BioBERT had an F score of 0.701 and outperformed other models such as Clinical XLNet, AttentionXLM, and Word2Vec. For the ICD-10-CM, the model had an F score that significantly increased from 0.749 (95% CI 0.744-0.753) to 0.769 (95% CI 0.764-0.773) with the ICD-10 definition training, external cause code removal, number conversion, and combination code filter. For the ICD-10-PCS, the model had an F score that significantly increased from 0.670 (95% CI 0.663-0.678) to 0.726 (95% CI 0.719-0.732) with a combination of discharge diagnoses, surgical methods, and key words of special examination. With our preprocessing methods, the model had the highest area under the receiver operating characteristic curve of 0.853 (95% CI 0.849-0.855) and 0.831 (95% CI 0.827-0.834) for ICD-10-CM and ICD-10-PCS, respectively.
The performance of our model with the pretrained contextualized language model and rule-based preprocessing method is better than that of the state-of-the-art model for ICD-10-CM or ICD-10-PCS. This study highlights the importance of rule-based preprocessing methods based on coder coding rules.

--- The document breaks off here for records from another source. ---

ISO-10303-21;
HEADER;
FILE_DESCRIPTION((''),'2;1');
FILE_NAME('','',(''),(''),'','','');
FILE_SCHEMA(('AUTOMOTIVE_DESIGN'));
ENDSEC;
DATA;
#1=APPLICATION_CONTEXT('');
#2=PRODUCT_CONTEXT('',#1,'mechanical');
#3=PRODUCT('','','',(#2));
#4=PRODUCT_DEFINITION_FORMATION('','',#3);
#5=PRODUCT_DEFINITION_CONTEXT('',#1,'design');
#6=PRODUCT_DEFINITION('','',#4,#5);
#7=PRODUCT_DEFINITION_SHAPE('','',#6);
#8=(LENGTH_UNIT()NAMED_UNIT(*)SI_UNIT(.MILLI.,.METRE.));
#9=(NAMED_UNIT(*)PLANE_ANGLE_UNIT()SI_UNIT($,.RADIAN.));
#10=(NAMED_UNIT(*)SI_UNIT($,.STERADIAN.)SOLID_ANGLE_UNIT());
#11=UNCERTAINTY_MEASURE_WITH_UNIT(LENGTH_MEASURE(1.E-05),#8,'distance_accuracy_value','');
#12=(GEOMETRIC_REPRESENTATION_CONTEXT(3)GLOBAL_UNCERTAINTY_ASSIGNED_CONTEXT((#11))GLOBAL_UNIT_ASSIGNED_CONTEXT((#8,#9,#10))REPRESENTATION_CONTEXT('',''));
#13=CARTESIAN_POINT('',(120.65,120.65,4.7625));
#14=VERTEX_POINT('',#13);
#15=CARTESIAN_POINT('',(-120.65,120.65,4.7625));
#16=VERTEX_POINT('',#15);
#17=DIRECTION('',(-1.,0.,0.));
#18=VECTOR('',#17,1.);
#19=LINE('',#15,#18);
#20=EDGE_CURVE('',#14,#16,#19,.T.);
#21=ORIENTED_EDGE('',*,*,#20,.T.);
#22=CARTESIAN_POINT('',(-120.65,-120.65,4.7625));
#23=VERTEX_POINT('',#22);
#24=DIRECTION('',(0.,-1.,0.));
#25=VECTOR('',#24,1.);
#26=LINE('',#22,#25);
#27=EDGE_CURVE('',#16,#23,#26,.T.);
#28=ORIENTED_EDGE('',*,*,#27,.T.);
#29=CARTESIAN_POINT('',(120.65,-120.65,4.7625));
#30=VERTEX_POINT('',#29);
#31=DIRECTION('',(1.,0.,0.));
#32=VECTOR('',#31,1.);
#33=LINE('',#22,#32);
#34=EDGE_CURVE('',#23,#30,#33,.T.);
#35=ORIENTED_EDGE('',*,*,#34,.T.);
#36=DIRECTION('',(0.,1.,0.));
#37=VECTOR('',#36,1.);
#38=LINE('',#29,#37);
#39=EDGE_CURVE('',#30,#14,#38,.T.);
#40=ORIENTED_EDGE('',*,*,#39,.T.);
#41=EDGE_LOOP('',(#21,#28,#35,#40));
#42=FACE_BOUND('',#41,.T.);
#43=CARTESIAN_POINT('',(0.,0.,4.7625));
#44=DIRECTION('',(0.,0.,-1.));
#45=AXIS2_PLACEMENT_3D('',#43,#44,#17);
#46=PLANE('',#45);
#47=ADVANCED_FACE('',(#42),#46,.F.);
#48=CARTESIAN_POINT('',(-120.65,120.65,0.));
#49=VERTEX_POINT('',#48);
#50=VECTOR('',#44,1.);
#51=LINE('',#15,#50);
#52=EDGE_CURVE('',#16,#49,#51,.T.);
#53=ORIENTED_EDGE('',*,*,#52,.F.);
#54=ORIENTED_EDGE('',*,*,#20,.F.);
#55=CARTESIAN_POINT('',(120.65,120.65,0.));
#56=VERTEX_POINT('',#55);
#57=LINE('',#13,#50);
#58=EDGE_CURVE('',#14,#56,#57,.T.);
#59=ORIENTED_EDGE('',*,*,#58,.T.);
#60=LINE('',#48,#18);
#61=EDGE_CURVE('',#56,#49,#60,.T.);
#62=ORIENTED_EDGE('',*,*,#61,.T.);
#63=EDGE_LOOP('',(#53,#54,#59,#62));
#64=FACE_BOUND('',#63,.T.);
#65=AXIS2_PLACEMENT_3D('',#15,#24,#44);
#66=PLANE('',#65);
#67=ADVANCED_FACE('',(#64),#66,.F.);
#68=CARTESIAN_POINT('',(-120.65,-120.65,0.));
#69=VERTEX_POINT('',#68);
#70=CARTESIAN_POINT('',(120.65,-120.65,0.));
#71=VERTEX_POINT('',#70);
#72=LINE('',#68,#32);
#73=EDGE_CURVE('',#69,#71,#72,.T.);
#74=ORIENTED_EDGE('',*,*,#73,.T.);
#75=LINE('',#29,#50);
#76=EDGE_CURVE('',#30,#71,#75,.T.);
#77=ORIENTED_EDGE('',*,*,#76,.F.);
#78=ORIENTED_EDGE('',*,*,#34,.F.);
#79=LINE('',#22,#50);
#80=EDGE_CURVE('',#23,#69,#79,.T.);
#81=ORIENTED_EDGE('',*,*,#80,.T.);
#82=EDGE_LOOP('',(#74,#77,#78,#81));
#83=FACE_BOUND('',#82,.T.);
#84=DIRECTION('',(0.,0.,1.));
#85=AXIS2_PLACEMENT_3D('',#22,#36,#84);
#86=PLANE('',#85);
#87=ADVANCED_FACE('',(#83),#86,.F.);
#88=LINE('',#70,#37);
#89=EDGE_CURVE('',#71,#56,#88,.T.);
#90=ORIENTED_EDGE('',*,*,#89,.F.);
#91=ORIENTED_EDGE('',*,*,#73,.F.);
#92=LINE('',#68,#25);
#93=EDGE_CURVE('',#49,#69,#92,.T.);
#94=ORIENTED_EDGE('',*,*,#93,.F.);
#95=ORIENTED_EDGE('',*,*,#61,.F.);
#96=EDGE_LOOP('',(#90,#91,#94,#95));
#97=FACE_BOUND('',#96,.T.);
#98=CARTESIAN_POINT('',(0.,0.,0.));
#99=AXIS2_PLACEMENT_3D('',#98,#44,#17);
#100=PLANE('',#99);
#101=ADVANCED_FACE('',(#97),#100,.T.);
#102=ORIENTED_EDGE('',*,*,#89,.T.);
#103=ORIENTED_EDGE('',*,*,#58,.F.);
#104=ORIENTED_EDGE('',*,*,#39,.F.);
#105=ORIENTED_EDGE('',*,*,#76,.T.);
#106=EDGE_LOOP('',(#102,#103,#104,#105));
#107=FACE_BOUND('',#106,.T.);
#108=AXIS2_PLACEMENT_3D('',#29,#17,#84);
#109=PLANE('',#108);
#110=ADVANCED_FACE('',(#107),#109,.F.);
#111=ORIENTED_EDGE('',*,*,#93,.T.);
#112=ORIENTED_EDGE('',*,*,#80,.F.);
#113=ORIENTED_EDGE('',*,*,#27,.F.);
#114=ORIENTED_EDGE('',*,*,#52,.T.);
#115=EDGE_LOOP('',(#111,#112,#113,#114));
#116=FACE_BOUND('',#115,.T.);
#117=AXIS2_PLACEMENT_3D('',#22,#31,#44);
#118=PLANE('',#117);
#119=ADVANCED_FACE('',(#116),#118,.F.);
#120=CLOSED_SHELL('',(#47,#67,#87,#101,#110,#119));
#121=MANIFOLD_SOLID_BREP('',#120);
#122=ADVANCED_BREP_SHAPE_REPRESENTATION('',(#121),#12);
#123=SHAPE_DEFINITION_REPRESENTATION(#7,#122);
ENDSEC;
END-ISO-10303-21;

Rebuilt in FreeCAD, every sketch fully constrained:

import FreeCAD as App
import Part
import Sketcher

V = App.Vector
Q = App.Units.Quantity

doc = App.newDocument("Part")
body = doc.addObject("PartDesign::Body", "Body")

sketch1 = doc.addObject("Sketcher::SketchObject", "Sketch")
body.addObject(sketch1)
sketch1.AttachmentSupport = (doc.XY_Plane, [""])
sketch1.MapMode = "FlatFace"
sketch1.addGeometry([
    Part.LineSegment(V(-121, 121, 0), V(-121, -121, 0)),
    Part.LineSegment(V(-121, -121, 0), V(121, -121, 0)),
    Part.LineSegment(V(121, -121, 0), V(121, 121, 0)),
    Part.LineSegment(V(121, 121, 0), V(-121, 121, 0)),
], False)
sketch1.addConstraint([
    Sketcher.Constraint("Coincident", 0, 2, 1, 1),
    Sketcher.Constraint("Coincident", 1, 2, 2, 1),
    Sketcher.Constraint("Coincident", 2, 2, 3, 1),
    Sketcher.Constraint("Coincident", 3, 2, 0, 1),
    Sketcher.Constraint("Vertical", 0),
    Sketcher.Constraint("Horizontal", 1),
    Sketcher.Constraint("Vertical", 2),
    Sketcher.Constraint("Horizontal", 3),
    Sketcher.Constraint("Symmetric", 0, 2, 2, 2, -1, 1),
    Sketcher.Constraint("Equal", 3, 0),
    Sketcher.Constraint("DistanceX", 1, 1, 1, 2, Q("9.5 in")),
])
pad1 = doc.addObject("PartDesign::Pad", "Pad")
body.addObject(pad1)
pad1.Profile = sketch1
pad1.Length = Q("0.1875 in")

doc.recompute()
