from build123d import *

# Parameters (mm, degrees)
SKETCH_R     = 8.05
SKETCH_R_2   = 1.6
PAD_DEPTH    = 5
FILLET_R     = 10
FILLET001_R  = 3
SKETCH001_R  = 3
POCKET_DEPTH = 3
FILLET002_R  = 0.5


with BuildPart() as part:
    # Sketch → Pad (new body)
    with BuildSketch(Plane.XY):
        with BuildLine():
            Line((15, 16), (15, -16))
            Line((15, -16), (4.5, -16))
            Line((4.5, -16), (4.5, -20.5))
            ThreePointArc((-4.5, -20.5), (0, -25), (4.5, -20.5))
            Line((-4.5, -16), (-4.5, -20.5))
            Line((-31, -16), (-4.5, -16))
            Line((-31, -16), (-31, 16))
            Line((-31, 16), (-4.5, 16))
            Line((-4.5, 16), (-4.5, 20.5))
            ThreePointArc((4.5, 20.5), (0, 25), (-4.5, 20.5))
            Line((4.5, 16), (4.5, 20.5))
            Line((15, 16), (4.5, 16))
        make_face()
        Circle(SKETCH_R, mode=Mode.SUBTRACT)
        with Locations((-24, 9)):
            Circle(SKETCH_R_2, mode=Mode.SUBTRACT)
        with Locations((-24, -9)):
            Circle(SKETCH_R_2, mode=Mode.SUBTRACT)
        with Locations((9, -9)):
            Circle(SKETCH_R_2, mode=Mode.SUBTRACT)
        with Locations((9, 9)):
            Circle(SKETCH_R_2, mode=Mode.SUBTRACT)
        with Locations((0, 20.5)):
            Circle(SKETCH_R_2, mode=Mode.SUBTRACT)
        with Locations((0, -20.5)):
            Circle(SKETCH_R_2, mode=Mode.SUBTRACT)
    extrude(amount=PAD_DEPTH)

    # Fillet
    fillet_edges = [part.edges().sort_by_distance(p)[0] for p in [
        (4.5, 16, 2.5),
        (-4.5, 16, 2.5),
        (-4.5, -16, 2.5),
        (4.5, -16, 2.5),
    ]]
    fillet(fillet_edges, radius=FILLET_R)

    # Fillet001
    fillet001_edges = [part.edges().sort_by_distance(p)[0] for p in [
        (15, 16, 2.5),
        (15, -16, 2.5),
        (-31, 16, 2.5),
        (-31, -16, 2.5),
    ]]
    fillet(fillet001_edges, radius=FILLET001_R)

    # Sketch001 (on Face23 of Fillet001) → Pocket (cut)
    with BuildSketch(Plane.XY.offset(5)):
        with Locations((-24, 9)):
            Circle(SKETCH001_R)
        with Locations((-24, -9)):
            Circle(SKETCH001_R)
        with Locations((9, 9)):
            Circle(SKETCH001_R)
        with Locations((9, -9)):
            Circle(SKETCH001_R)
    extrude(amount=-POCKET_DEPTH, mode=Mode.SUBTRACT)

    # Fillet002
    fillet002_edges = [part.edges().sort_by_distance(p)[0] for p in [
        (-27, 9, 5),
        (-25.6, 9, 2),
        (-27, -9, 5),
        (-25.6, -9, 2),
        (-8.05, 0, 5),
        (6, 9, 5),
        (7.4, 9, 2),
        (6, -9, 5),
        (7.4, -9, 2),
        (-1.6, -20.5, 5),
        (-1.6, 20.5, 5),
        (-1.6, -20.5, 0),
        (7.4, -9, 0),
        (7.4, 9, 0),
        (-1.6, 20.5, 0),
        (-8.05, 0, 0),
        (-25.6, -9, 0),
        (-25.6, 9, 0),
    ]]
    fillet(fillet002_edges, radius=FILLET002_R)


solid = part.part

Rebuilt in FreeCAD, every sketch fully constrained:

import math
import FreeCAD as App
import Part
import Sketcher
Q = App.Units.Quantity


def edges_at(feature, points):
    """Names of the edges that pass closest to the given points."""
    edges = feature.Shape.Edges
    near = lambda p: min(range(len(edges)), key=lambda i: edges[i].distToShape(Part.Vertex(*p))[0])
    return sorted({f"Edge{near(p) + 1}" for p in points})

doc = App.newDocument("Part")
body = doc.addObject("PartDesign::Body", "Body")

# Sketch on XY plane
sketch1 = body.newObject("Sketcher::SketchObject", "Sketch")
sketch1.AttachmentSupport = (doc.getObject("XY_Plane"), [""])
sketch1.MapMode = "FlatFace"
sketch1.addGeometry([
    Part.LineSegment(App.Vector(15, -16, 0), App.Vector(15, 16, 0)),  # 0
    Part.LineSegment(App.Vector(15, 16, 0), App.Vector(4.5, 16, 0)),  # 1
    Part.LineSegment(App.Vector(4.5, 16, 0), App.Vector(4.5, 20.5, 0)),  # 2
    Part.ArcOfCircle(Part.Circle(App.Vector(0, 20.5, 0), App.Vector(0, 0, 1), 4.5), math.radians(0), math.radians(180)),  # 3
    Part.LineSegment(App.Vector(-4.5, 20.5, 0), App.Vector(-4.5, 16, 0)),  # 4
    Part.LineSegment(App.Vector(-4.5, 16, 0), App.Vector(-31, 16, 0)),  # 5
    Part.LineSegment(App.Vector(-31, 16, 0), App.Vector(-31, -16, 0)),  # 6
    Part.LineSegment(App.Vector(-31, -16, 0), App.Vector(-4.5, -16, 0)),  # 7
    Part.LineSegment(App.Vector(-4.5, -16, 0), App.Vector(-4.5, -20.5, 0)),  # 8
    Part.ArcOfCircle(Part.Circle(App.Vector(0, -20.5, 0), App.Vector(0, 0, 1), 4.5), math.radians(180), math.radians(360)),  # 9
    Part.LineSegment(App.Vector(4.5, -20.5, 0), App.Vector(4.5, -16, 0)),  # 10
    Part.LineSegment(App.Vector(4.5, -16, 0), App.Vector(15, -16, 0)),  # 11
    Part.Circle(App.Vector(0, -20.5, 0), App.Vector(0, 0, 1), 1.6),  # 12
    Part.Circle(App.Vector(9, -9, 0), App.Vector(0, 0, 1), 1.6),  # 13
    Part.Circle(App.Vector(-24, -9, 0), App.Vector(0, 0, 1), 1.6),  # 14
    Part.Circle(App.Vector(9, 9, 0), App.Vector(0, 0, 1), 1.6),  # 15
    Part.Circle(App.Vector(0, 0, 0), App.Vector(0, 0, 1), 8.1),  # 16
    Part.Circle(App.Vector(0, 20.5, 0), App.Vector(0, 0, 1), 1.6),  # 17
    Part.Circle(App.Vector(-24, 9, 0), App.Vector(0, 0, 1), 1.6),  # 18
], False)
sketch1.addConstraint([
    Sketcher.Constraint("Coincident", 0, 2, 1, 1),
    Sketcher.Constraint("Coincident", 1, 2, 2, 1),
    Sketcher.Constraint("Tangent", 2, 2, 3, 1),
    Sketcher.Constraint("Tangent", 3, 2, 4, 1),
    Sketcher.Constraint("Coincident", 4, 2, 5, 1),
    Sketcher.Constraint("Coincident", 5, 2, 6, 1),
    Sketcher.Constraint("Coincident", 6, 2, 7, 1),
    Sketcher.Constraint("Coincident", 7, 2, 8, 1),
    Sketcher.Constraint("Tangent", 8, 2, 9, 1),
    Sketcher.Constraint("Tangent", 9, 2, 10, 1),
    Sketcher.Constraint("Coincident", 10, 2, 11, 1),
    Sketcher.Constraint("Coincident", 11, 2, 0, 1),
    Sketcher.Constraint("Vertical", 0),
    Sketcher.Constraint("Horizontal", 1),
    Sketcher.Constraint("Vertical", 2),
    Sketcher.Constraint("Vertical", 4),
    Sketcher.Constraint("Horizontal", 5),
    Sketcher.Constraint("Vertical", 6),
    Sketcher.Constraint("Horizontal", 7),
    Sketcher.Constraint("Vertical", 8),
    Sketcher.Constraint("Vertical", 10),
    Sketcher.Constraint("Horizontal", 11),
    Sketcher.Constraint("Coincident", 16, 3, -1, 1),
    Sketcher.Constraint("Coincident", 12, 3, 9, 3),
    Sketcher.Constraint("Coincident", 17, 3, 3, 3),
    Sketcher.Constraint("Equal", 3, 9),
    Sketcher.Constraint("Equal", 12, 13),
    Sketcher.Constraint("Equal", 13, 14),
    Sketcher.Constraint("Equal", 14, 15),
    Sketcher.Constraint("Equal", 15, 17),
    Sketcher.Constraint("Equal", 17, 18),
    Sketcher.Constraint("Symmetric", 3, 3, 9, 3, -1, 1),
    Sketcher.Constraint("Symmetric", 1, 2, 4, 2, -2),
    Sketcher.Constraint("Symmetric", 13, 3, 15, 3, -1),
    Sketcher.Constraint("Symmetric", 14, 3, 18, 3, -1),
    Sketcher.Constraint("Horizontal", 13, 3, 14, 3),
    Sketcher.Constraint("Horizontal", 7, 2, 10, 2),
    Sketcher.Constraint("Equal", 4, 8),
    Sketcher.Constraint("Diameter", 12, Q("3.2 mm")),
    Sketcher.Constraint("Diameter", 16, Q("16.1 mm")),
    Sketcher.Constraint("Radius", 3, Q("4.5 mm")),
    Sketcher.Constraint("DistanceY", 0, 1, 0, 2, Q("32 mm")),
    Sketcher.Constraint("DistanceX", 1, 2, 1, 1, Q("10.5 mm")),
    Sketcher.Constraint("DistanceX", 5, 2, 5, 1, Q("26.5 mm")),
    Sketcher.Constraint("DistanceY", 2, 1, 2, 2, Q("4.5 mm")),
    Sketcher.Constraint("DistanceX", -1, 1, 13, 3, Q("9 mm")),
    Sketcher.Constraint("DistanceY", 13, 3, -1, 1, Q("9 mm")),
    Sketcher.Constraint("DistanceX", 14, 3, -1, 1, Q("24 mm")),
])
pad1 = body.newObject("PartDesign::Pad", "Pad")
pad1.Profile = sketch1
pad1.Length = 5
doc.recompute()

fillet = body.newObject("PartDesign::Fillet", "Fillet")
fillet.Base = (pad1, edges_at(pad1, [
    (4.5, 16, 2.5),
    (-4.5, 16, 2.5),
    (-4.5, -16, 2.5),
    (4.5, -16, 2.5),
]))
fillet.Radius = 10
doc.recompute()

fillet2 = body.newObject("PartDesign::Fillet", "Fillet001")
fillet2.Base = (fillet, edges_at(fillet, [
    (15, 16, 2.5),
    (15, -16, 2.5),
    (-31, 16, 2.5),
    (-31, -16, 2.5),
]))
fillet2.Radius = 3

# Sketch on XY plane
sketch2 = body.newObject("Sketcher::SketchObject", "Sketch001")
sketch2.AttachmentSupport = (doc.getObject("XY_Plane"), [""])
sketch2.MapMode = "FlatFace"
sketch2.AttachmentOffset = App.Placement(App.Vector(0, 0, 5), App.Rotation())
sketch2.addGeometry([
    Part.Circle(App.Vector(-24, 9, 0), App.Vector(0, 0, 1), 3),
    Part.Circle(App.Vector(-24, -9, 0), App.Vector(0, 0, 1), 3),
    Part.Circle(App.Vector(9, 9, 0), App.Vector(0, 0, 1), 3),
    Part.Circle(App.Vector(9, -9, 0), App.Vector(0, 0, 1), 3),
], False)
sketch2.addConstraint([
    Sketcher.Constraint("Equal", 0, 1),
    Sketcher.Constraint("Equal", 1, 2),
    Sketcher.Constraint("Equal", 2, 3),
    Sketcher.Constraint("Symmetric", 0, 3, 1, 3, -1),
    Sketcher.Constraint("Symmetric", 2, 3, 3, 3, -1),
    Sketcher.Constraint("Horizontal", 0, 3, 2, 3),
    Sketcher.Constraint("Diameter", 0, Q("6 mm")),
    Sketcher.Constraint("DistanceX", 0, 3, -1, 1, Q("24 mm")),
    Sketcher.Constraint("DistanceY", -1, 1, 0, 3, Q("9 mm")),
    Sketcher.Constraint("DistanceX", -1, 1, 2, 3, Q("9 mm")),
])
pocket1 = body.newObject("PartDesign::Pocket", "Pocket")
pocket1.Profile = sketch2
pocket1.Length = 3
doc.recompute()

fillet3 = body.newObject("PartDesign::Fillet", "Fillet002")
fillet3.Base = (pocket1, edges_at(pocket1, [
    (-27, 9, 5),
    (-25.6, 9, 2),
    (-27, -9, 5),
    (-25.6, -9, 2),
    (-8.05, 0, 5),
    (6, 9, 5),
    (7.4, 9, 2),
    (6, -9, 5),
    (7.4, -9, 2),
    (-1.6, -20.5, 5),
    (-1.6, 20.5, 5),
    (-1.6, -20.5, 0),
    (7.4, -9, 0),
    (7.4, 9, 0),
    (-1.6, 20.5, 0),
    (-8.05, 0, 0),
    (-25.6, -9, 0),
    (-25.6, 9, 0),
]))
fillet3.Radius = 0.5

doc.recompute()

《国际疾病分类》第十版(ICD - 10)广泛应用于流行病学研究和健康管理。ICD - 10的临床修订版(CM)和手术编码系统(PCS)旨在通过增加诊断和手术编码来描述更多临床细节,并应用于疾病相关分组以进行费用报销。编码数量的增加使得编码工作既耗时又不准确。使用深度上下文词嵌入的先进模型被用于ICD - 10的自动多标签文本分类。除了输入出院诊断(DD)外,对来自其他文档类型的文本(如病史、合并症和并发症、手术方法以及特殊检查)采用适当的预处理方法可提高分类性能。
本研究旨在建立一个基于规则预处理方法的上下文语言模型,以开发用于ICD - 10多标签分类的模型。
我们从一家医疗中心检索电子健康记录。首先,我们比较了不同的词嵌入方法。其次,我们使用性能最佳的嵌入方法比较了预处理方法。我们比较了生物医学双向编码器表征来自变换器(BioBERT)、用于语言理解的临床广义自回归预训练(Clinical XLNet)、用于高性能极端多标签文本分类的基于标签树的注意力感知深度模型(AttentionXLM)以及词向量(Word2Vec)来预测ICD - 10 - CM。为了比较ICD - 10 - CM的不同预处理方法时,我们将DD、病史以及合并症和并发症作为输入。我们比较了使用不同预处理(包括定义训练、外部原因编码去除、数字转换和组合编码过滤)的ICD - 10 - CM预测性能。对于ICD - 10 PCS,使用DD、手术方法和特殊检查关键词的不同组合对模型进行训练。使用微F分数和接收器操作特征曲线下的微面积来比较模型与不同预处理方法的性能。
BioBERT的F分数为0.701,优于Clinical XLNet、AttentionXLM和Word2Vec等其他模型。对于ICD - 10 - CM,通过ICD - 10定义训练、外部原因编码去除、数字转换和组合编码过滤,模型的F分数从0.749(95%CI 0.744 - 0.753)显著提高到了0.769(95%CI 0.764 - 0.773)。对于ICD - 10 - PCS,结合出院诊断、手术方法和特殊检查关键词,模型的F分数从0.670(95%CI 0.663 - 0.678)显著提高到了0.726(95%CI 0.719 - 0.732)。使用我们的预处理方法,对于ICD - 10 - CM和ICD - 10 - PCS,模型在接收器操作特征曲线下的面积分别达到了最高的0.853(95%CI 0.849 - 0.855)和0.831(95%CI 0.827 - 0.834)。
我们的模型结合预训练的上下文语言模型和基于规则的预处理方法,在ICD - 10 - CM或ICD - 10 - PCS方面的性能优于先进模型。本研究强调了基于编码规则的规则预处理方法的重要性。